Negative regulation of Jagged1 by glycosylation: towards a mechanism-based therapy for Alagille syndrome
Jafar-Nejad, Hamed   
Baylor College of Medicine, Houston, TX, United States

Notch signaling is a cell-to-cell communication mechanism critical for embryonic development and adult homeostasis. To communicate information between cells, Notch receptors on a given cell need to be activated by ligands from neighboring cells. One of the Notch pathway ligands with broad biological roles is called jagged1. Heterozygosity for the jagged1 gene in humans results in Alagille syndrome, which is a multisystem developmental disorder characterized by bile duct abnormalities and defects in other organs systems including the cardiovascular system, kidney and skeleton. The clinical presentation of Alagille syndrome is extremely variable, even in patients with identical point mutations. Accordingly, it has been proposed that genetic modifiers play an important role in the pathophysiology of this disease. Moreover, no mechanism-based treatment has yet been established for Alagille syndrome. We have recently reported a mouse model for Alagille syndrome and have identified the glycosyltransferase gene Poglut1 as a dominant genetic suppressor of the phenotypes in this model.
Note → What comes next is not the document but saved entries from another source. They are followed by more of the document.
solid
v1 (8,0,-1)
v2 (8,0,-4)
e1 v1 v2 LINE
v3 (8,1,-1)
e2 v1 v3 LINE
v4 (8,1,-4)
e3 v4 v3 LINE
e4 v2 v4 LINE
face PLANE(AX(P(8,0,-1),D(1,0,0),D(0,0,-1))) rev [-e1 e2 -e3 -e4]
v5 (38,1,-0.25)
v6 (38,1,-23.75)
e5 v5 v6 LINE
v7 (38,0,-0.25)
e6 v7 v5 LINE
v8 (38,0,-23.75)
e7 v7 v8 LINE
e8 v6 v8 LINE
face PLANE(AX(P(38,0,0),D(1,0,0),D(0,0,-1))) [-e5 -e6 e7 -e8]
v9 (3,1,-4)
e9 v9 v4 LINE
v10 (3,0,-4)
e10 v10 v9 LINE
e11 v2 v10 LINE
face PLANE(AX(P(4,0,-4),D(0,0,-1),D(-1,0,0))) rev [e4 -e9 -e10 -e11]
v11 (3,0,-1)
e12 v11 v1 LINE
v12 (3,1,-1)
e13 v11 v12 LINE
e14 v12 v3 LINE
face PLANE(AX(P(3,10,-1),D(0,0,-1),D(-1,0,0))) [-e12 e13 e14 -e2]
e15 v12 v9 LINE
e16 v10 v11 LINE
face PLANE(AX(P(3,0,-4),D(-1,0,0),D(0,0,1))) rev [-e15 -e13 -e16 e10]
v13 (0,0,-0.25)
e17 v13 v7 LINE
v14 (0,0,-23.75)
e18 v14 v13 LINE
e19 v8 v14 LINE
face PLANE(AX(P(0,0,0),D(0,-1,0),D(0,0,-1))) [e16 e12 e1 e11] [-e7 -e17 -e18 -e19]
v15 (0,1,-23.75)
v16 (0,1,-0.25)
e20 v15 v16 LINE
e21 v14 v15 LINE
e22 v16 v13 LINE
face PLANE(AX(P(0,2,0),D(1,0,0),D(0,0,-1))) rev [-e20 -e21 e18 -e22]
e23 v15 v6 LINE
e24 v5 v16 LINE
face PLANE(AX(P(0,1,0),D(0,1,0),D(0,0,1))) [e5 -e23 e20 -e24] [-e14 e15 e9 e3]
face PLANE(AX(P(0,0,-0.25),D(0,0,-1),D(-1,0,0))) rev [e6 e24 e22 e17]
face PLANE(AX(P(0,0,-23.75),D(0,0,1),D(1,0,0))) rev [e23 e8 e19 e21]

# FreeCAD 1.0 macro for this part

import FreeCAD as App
import Part
import Sketcher
from FreeCAD import Vector

doc = App.newDocument("Part")
body = doc.addObject("PartDesign::Body", "Body")

# Sketch on XZ plane
sketch1 = body.newObject("Sketcher::SketchObject", "Sketch")
sketch1.AttachmentSupport = (doc.getObject("XZ_Plane"), [""])
sketch1.MapMode = "FlatFace"
sketch1.addGeometry([
    Part.LineSegment(Vector(0, -24, 0), Vector(0, 0, 0)),
    Part.LineSegment(Vector(0, 0, 0), Vector(40, 0, 0)),
    Part.LineSegment(Vector(40, 0, 0), Vector(40, -24, 0)),
    Part.LineSegment(Vector(40, -24, 0), Vector(0, -24, 0)),
], False)
sketch1.addConstraint([
    Sketcher.Constraint("Coincident", 0, 2, 1, 1),
    Sketcher.Constraint("Coincident", 1, 2, 2, 1),
    Sketcher.Constraint("Coincident", 2, 2, 3, 1),
    Sketcher.Constraint("Coincident", 3, 2, 0, 1),
    Sketcher.Constraint("Vertical", 0),
    Sketcher.Constraint("Horizontal", 1),
    Sketcher.Constraint("Vertical", 2),
    Sketcher.Constraint("Horizontal", 3),
    Sketcher.Constraint("Coincident", 0, 2, -1, 1),
    Sketcher.Constraint("DistanceX", 1, 1, 1, 2, 40.0),
    Sketcher.Constraint("DistanceY", 0, 1, 0, 2, 24.0),
])
pad1 = body.newObject("PartDesign::Pad", "Pad")
pad1.Profile = sketch1
pad1.Length = 2
pad1.Reversed = True

# Sketch on XZ plane
sketch2 = body.newObject("Sketcher::SketchObject", "Sketch001")
sketch2.AttachmentSupport = (doc.getObject("XZ_Plane"), [""])
sketch2.MapMode = "FlatFace"
sketch2.AttachmentOffset = App.Placement(Vector(0, 0, -2), App.Rotation())
sketch2.addGeometry([
    Part.LineSegment(Vector(0, -24, 0), Vector(0, 0, 0)),  # 0
    Part.LineSegment(Vector(0, 0, 0), Vector(40, 0, 0)),  # 1
    Part.LineSegment(Vector(40, 0, 0), Vector(40, -24, 0)),  # 2
    Part.LineSegment(Vector(40, -24, 0), Vector(0, -24, 0)),  # 3
    Part.LineSegment(Vector(39, -1, 0), Vector(3, -1, 0)),  # 4
    Part.LineSegment(Vector(3, -1, 0), Vector(3, -23, 0)),  # 5
    Part.LineSegment(Vector(3, -23, 0), Vector(39, -23, 0)),  # 6
    Part.LineSegment(Vector(39, -23, 0), Vector(39, -1, 0)),  # 7
], False)
sketch2.addConstraint([
    Sketcher.Constraint("Coincident", 0, 2, 1, 1),
    Sketcher.Constraint("Coincident", 1, 2, 2, 1),
    Sketcher.Constraint("Coincident", 2, 2, 3, 1),
    Sketcher.Constraint("Coincident", 3, 2, 0, 1),
    Sketcher.Constraint("Coincident", 4, 2, 5, 1),
    Sketcher.Constraint("Coincident", 5, 2, 6, 1),
    Sketcher.Constraint("Coincident", 6, 2, 7, 1),
    Sketcher.Constraint("Coincident", 7, 2, 4, 1),
    Sketcher.Constraint("Vertical", 0),
    Sketcher.Constraint("Horizontal", 1),
    Sketcher.Constraint("Vertical", 2),
    Sketcher.Constraint("Horizontal", 3),
    Sketcher.Constraint("Horizontal", 4),
    Sketcher.Constraint("Vertical", 5),
    Sketcher.Constraint("Horizontal", 6),
    Sketcher.Constraint("Vertical", 7),
    Sketcher.Constraint("Coincident", 0, 2, -1, 1),
    Sketcher.Constraint("DistanceX", 1, 1, 1, 2, 40.0),
    Sketcher.Constraint("DistanceX", 4, 2, 4, 1, 36.0),
    Sketcher.Constraint("DistanceY", 0, 1, 0, 2, 24.0),
    Sketcher.Constraint("DistanceY", 5, 2, 5, 1, 22.0),
    Sketcher.Constraint("DistanceX", -1, 1, 4, 2, 3.0),
    Sketcher.Constraint("DistanceY", 4, 2, -1, 1, 1.0),
])
pad2 = body.newObject("PartDesign::Pad", "Pad001")
pad2.Profile = sketch2
pad2.Length = 8
pad2.Reversed = True

# Sketch on XZ plane
sketch3 = body.newObject("Sketcher::SketchObject", "Sketch002")
sketch3.AttachmentSupport = (doc.getObject("XZ_Plane"), [""])
sketch3.MapMode = "FlatFace"
sketch3.AttachmentOffset = App.Placement(Vector(0, 0, -2), App.Rotation())
sketch3.addGeometry([
    Part.LineSegment(Vector(4, -4, 0), Vector(4, -1, 0)),
    Part.LineSegment(Vector(4, -1, 0), Vector(8, -1, 0)),
    Part.LineSegment(Vector(8, -1, 0), Vector(8, -4, 0)),
    Part.LineSegment(Vector(8, -4, 0), Vector(4, -4, 0)),
], False)
sketch3.addConstraint([
    Sketcher.Constraint("Coincident", 0, 2, 1, 1),
    Sketcher.Constraint("Coincident", 1, 2, 2, 1),
    Sketcher.Constraint("Coincident", 2, 2, 3, 1),
    Sketcher.Constraint("Coincident", 3, 2, 0, 1),
    Sketcher.Constraint("Vertical", 0),
    Sketcher.Constraint("Horizontal", 1),
    Sketcher.Constraint("Vertical", 2),
    Sketcher.Constraint("Horizontal", 3),
    Sketcher.Constraint("DistanceX", 1, 1, 1, 2, 4.0),
    Sketcher.Constraint("DistanceY", 0, 1, 0, 2, 3.0),
    Sketcher.Constraint("DistanceX", -1, 1, 0, 2, 4.0),
    Sketcher.Constraint("DistanceY", 0, 2, -1, 1, 1.0),
])
pocket1 = body.newObject("PartDesign::Pocket", "Pocket")
pocket1.Profile = sketch3
pocket1.Length = 2
pocket1.Reversed = True

# Sketch on YZ plane
sketch4 = body.newObject("Sketcher::SketchObject", "Sketch003")
sketch4.AttachmentSupport = (doc.getObject("YZ_Plane"), [""])
sketch4.MapMode = "FlatFace"
sketch4.AttachmentOffset = App.Placement(Vector(0, 0, 40), App.Rotation())
sketch4.addGeometry([
    Part.LineSegment(Vector(10, 0, 0), Vector(0, 0, 0)),
    Part.LineSegment(Vector(0, 0, 0), Vector(0, -24, 0)),
    Part.LineSegment(Vector(0, -24, 0), Vector(10, -24, 0)),
    Part.LineSegment(Vector(10, -24, 0), Vector(10, 0, 0)),
], False)
sketch4.addConstraint([
    Sketcher.Constraint("Coincident", 0, 2, 1, 1),
    Sketcher.Constraint("Coincident", 1, 2, 2, 1),
    Sketcher.Constraint("Coincident", 2, 2, 3, 1),
    Sketcher.Constraint("Coincident", 3, 2, 0, 1),
    Sketcher.Constraint("Horizontal", 0),
    Sketcher.Constraint("Vertical", 1),
    Sketcher.Constraint("Horizontal", 2),
    Sketcher.Constraint("Vertical", 3),
    Sketcher.Constraint("Coincident", 0, 2, -1, 1),
    Sketcher.Constraint("DistanceX", 0, 2, 0, 1, 10.0),
    Sketcher.Constraint("DistanceY", 1, 2, 1, 1, 24.0),
])
pocket2 = body.newObject("PartDesign::Pocket", "Pocket001")
pocket2.Profile = sketch4
pocket2.Length = 2

# Sketch on YZ plane
sketch5 = body.newObject("Sketcher::SketchObject", "Sketch004")
sketch5.AttachmentSupport = (doc.getObject("YZ_Plane"), [""])
sketch5.MapMode = "FlatFace"
sketch5.AttachmentOffset = App.Placement(Vector(0, 0, 3), App.Rotation())
sketch5.addGeometry([
    Part.LineSegment(Vector(10, -1, 0), Vector(2, -1, 0)),
    Part.LineSegment(Vector(2, -1, 0), Vector(2, -23, 0)),
    Part.LineSegment(Vector(2, -23, 0), Vector(10, -23, 0)),
    Part.LineSegment(Vector(10, -23, 0), Vector(10, -1, 0)),
], False)
sketch5.addConstraint([
    Sketcher.Constraint("Coincident", 0, 2, 1, 1),
    Sketcher.Constraint("Coincident", 1, 2, 2, 1),
    Sketcher.Constraint("Coincident", 2, 2, 3, 1),
    Sketcher.Constraint("Coincident", 3, 2, 0, 1),
    Sketcher.Constraint("Horizontal", 0),
    Sketcher.Constraint("Vertical", 1),
    Sketcher.Constraint("Horizontal", 2),
    Sketcher.Constraint("Vertical", 3),
    Sketcher.Constraint("DistanceX", 0, 2, 0, 1, 8.0),
    Sketcher.Constraint("DistanceY", 1, 2, 1, 1, 22.0),
    Sketcher.Constraint("DistanceX", -1, 1, 0, 2, 2.0),
    Sketcher.Constraint("DistanceY", 0, 2, -1, 1, 1.0),
])
pocket3 = body.newObject("PartDesign::Pocket", "Pocket002")
pocket3.Profile = sketch5
pocket3.Length = 2

# Sketch on XZ plane
sketch6 = body.newObject("Sketcher::SketchObject", "Sketch005")
sketch6.AttachmentSupport = (doc.getObject("XZ_Plane"), [""])
sketch6.MapMode = "FlatFace"
sketch6.AttachmentOffset = App.Placement(Vector(0, 0, -2), App.Rotation())
sketch6.addGeometry([
    Part.LineSegment(Vector(3, -4, 0), Vector(3, -1, 0)),
    Part.LineSegment(Vector(3, -1, 0), Vector(4, -1, 0)),
    Part.LineSegment(Vector(4, -1, 0), Vector(4, -4, 0)),
    Part.LineSegment(Vector(4, -4, 0), Vector(3, -4, 0)),
], False)
sketch6.addConstraint([
    Sketcher.Constraint("Coincident", 0, 2, 1, 1),
    Sketcher.Constraint("Coincident", 1, 2, 2, 1),
    Sketcher.Constraint("Coincident", 2, 2, 3, 1),
    Sketcher.Constraint("Coincident", 3, 2, 0, 1),
    Sketcher.Constraint("Vertical", 0),
    Sketcher.Constraint("Horizontal", 1),
    Sketcher.Constraint("Vertical", 2),
    Sketcher.Constraint("Horizontal", 3),
    Sketcher.Constraint("DistanceX", 1, 1, 1, 2, 1.0),
    Sketcher.Constraint("DistanceY", 0, 1, 0, 2, 3.0),
    Sketcher.Constraint("DistanceX", -1, 1, 0, 2, 3.0),
    Sketcher.Constraint("DistanceY", 0, 2, -1, 1, 1.0),
])
pocket4 = body.newObject("PartDesign::Pocket", "Pocket003")
pocket4.Profile = sketch6
pocket4.Length = 2
pocket4.Reversed = True

# Sketch on XZ plane
sketch7 = body.newObject("Sketcher::SketchObject", "Sketch006")
sketch7.AttachmentSupport = (doc.getObject("XZ_Plane"), [""])
sketch7.MapMode = "FlatFace"
sketch7.AttachmentOffset = App.Placement(Vector(0, 0, -10), App.Rotation())
sketch7.addGeometry([
    Part.LineSegment(Vector(0, -24, 0), Vector(0, 0, 0)),
    Part.LineSegment(Vector(0, 0, 0), Vector(38, 0, 0)),
    Part.LineSegment(Vector(38, 0, 0), Vector(38, -24, 0)),
    Part.LineSegment(Vector(38, -24, 0), Vector(0, -24, 0)),
], False)
sketch7.addConstraint([
    Sketcher.Constraint("Coincident", 0, 2, 1, 1),
    Sketcher.Constraint("Coincident", 1, 2, 2, 1),
    Sketcher.Constraint("Coincident", 2, 2, 3, 1),
    Sketcher.Constraint("Coincident", 3, 2, 0, 1),
    Sketcher.Constraint("Vertical", 0),
    Sketcher.Constraint("Horizontal", 1),
    Sketcher.Constraint("Vertical", 2),
    Sketcher.Constraint("Horizontal", 3),
    Sketcher.Constraint("Coincident", 0, 2, -1, 1),
    Sketcher.Constraint("DistanceX", 1, 1, 1, 2, 38.0),
    Sketcher.Constraint("DistanceY", 0, 1, 0, 2, 24.0),
])
pocket5 = body.newObject("PartDesign::Pocket", "Pocket004")
pocket5.Profile = sketch7
pocket5.Length = 9
pocket5.Reversed = True

# Sketch on XY plane
sketch8 = body.newObject("Sketcher::SketchObject", "Sketch007")
sketch8.AttachmentSupport = (doc.getObject("XY_Plane"), [""])
sketch8.MapMode = "FlatFace"
sketch8.addGeometry([
    Part.LineSegment(Vector(0, 1, 0), Vector(0, 0, 0)),
    Part.LineSegment(Vector(0, 0, 0), Vector(38, 0, 0)),
    Part.LineSegment(Vector(38, 0, 0), Vector(38, 1, 0)),
    Part.LineSegment(Vector(38, 1, 0), Vector(0, 1, 0)),
], False)
sketch8.addConstraint([
    Sketcher.Constraint("Coincident", 0, 2, 1, 1),
    Sketcher.Constraint("Coincident", 1, 2, 2, 1),
    Sketcher.Constraint("Coincident", 2, 2, 3, 1),
    Sketcher.Constraint("Coincident", 3, 2, 0, 1),
    Sketcher.Constraint("Vertical", 0),
    Sketcher.Constraint("Horizontal", 1),
    Sketcher.Constraint("Vertical", 2),
    Sketcher.Constraint("Horizontal", 3),
    Sketcher.Constraint("Coincident", 0, 2, -1, 1),
    Sketcher.Constraint("DistanceX", 1, 1, 1, 2, 38.0),
    Sketcher.Constraint("DistanceY", 0, 2, 0, 1, 1.0),
])
pocket6 = body.newObject("PartDesign::Pocket", "Pocket005")
pocket6.Profile = sketch8
pocket6.Length = 0.25

# Sketch on XY plane
sketch9 = body.newObject("Sketcher::SketchObject", "Sketch008")
sketch9.AttachmentSupport = (doc.getObject("XY_Plane"), [""])
sketch9.MapMode = "FlatFace"
sketch9.AttachmentOffset = App.Placement(Vector(0, 0, -24), App.Rotation())
sketch9.addGeometry([
    Part.LineSegment(Vector(38, 1, 0), Vector(38, 0, 0)),
    Part.LineSegment(Vector(38, 0, 0), Vector(0, 0, 0)),
    Part.LineSegment(Vector(0, 0, 0), Vector(0, 1, 0)),
    Part.LineSegment(Vector(0, 1, 0), Vector(38, 1, 0)),
], False)
sketch9.addConstraint([
    Sketcher.Constraint("Coincident", 0, 2, 1, 1),
    Sketcher.Constraint("Coincident", 1, 2, 2, 1),
    Sketcher.Constraint("Coincident", 2, 2, 3, 1),
    Sketcher.Constraint("Coincident", 3, 2, 0, 1),
    Sketcher.Constraint("Vertical", 0),
    Sketcher.Constraint("Horizontal", 1),
    Sketcher.Constraint("Vertical", 2),
    Sketcher.Constraint("Horizontal", 3),
    Sketcher.Constraint("Coincident", 1, 2, -1, 1),
    Sketcher.Constraint("DistanceX", 1, 2, 1, 1, 38.0),
    Sketcher.Constraint("DistanceY", 0, 2, 0, 1, 1.0),
])
pocket7 = body.newObject("PartDesign::Pocket", "Pocket006")
pocket7.Profile = sketch9
pocket7.Length = 0.25
pocket7.Reversed = True

doc.recompute()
In this proposal, we will use biochemical and cell culture assays, transcriptional profiling and mouse genetic experiments to determine the mechanism of jagged1 regulation by glycosylation and to identify critical targets of jagged1 during bile duct development. We will also use our preliminary data and mouse model as a basis to establish a potential therapeutic approach for Alagille syndrome. These studies have the potential to provide novel insight into the pathophysiology of this disease and the molecular mechanisms underlying the regulation of jagged1-mediated signaling by glycosylation.

Public Health Relevance

Mutations in the jagged1 gene affect the development of the biliary system, heart, vasculature and other organs in human patients. The proposed studies examine the role of glycosylation in regulating the function of jagged1 and establish a potential therapeutic approach for diseases caused by decreased jagged1 function.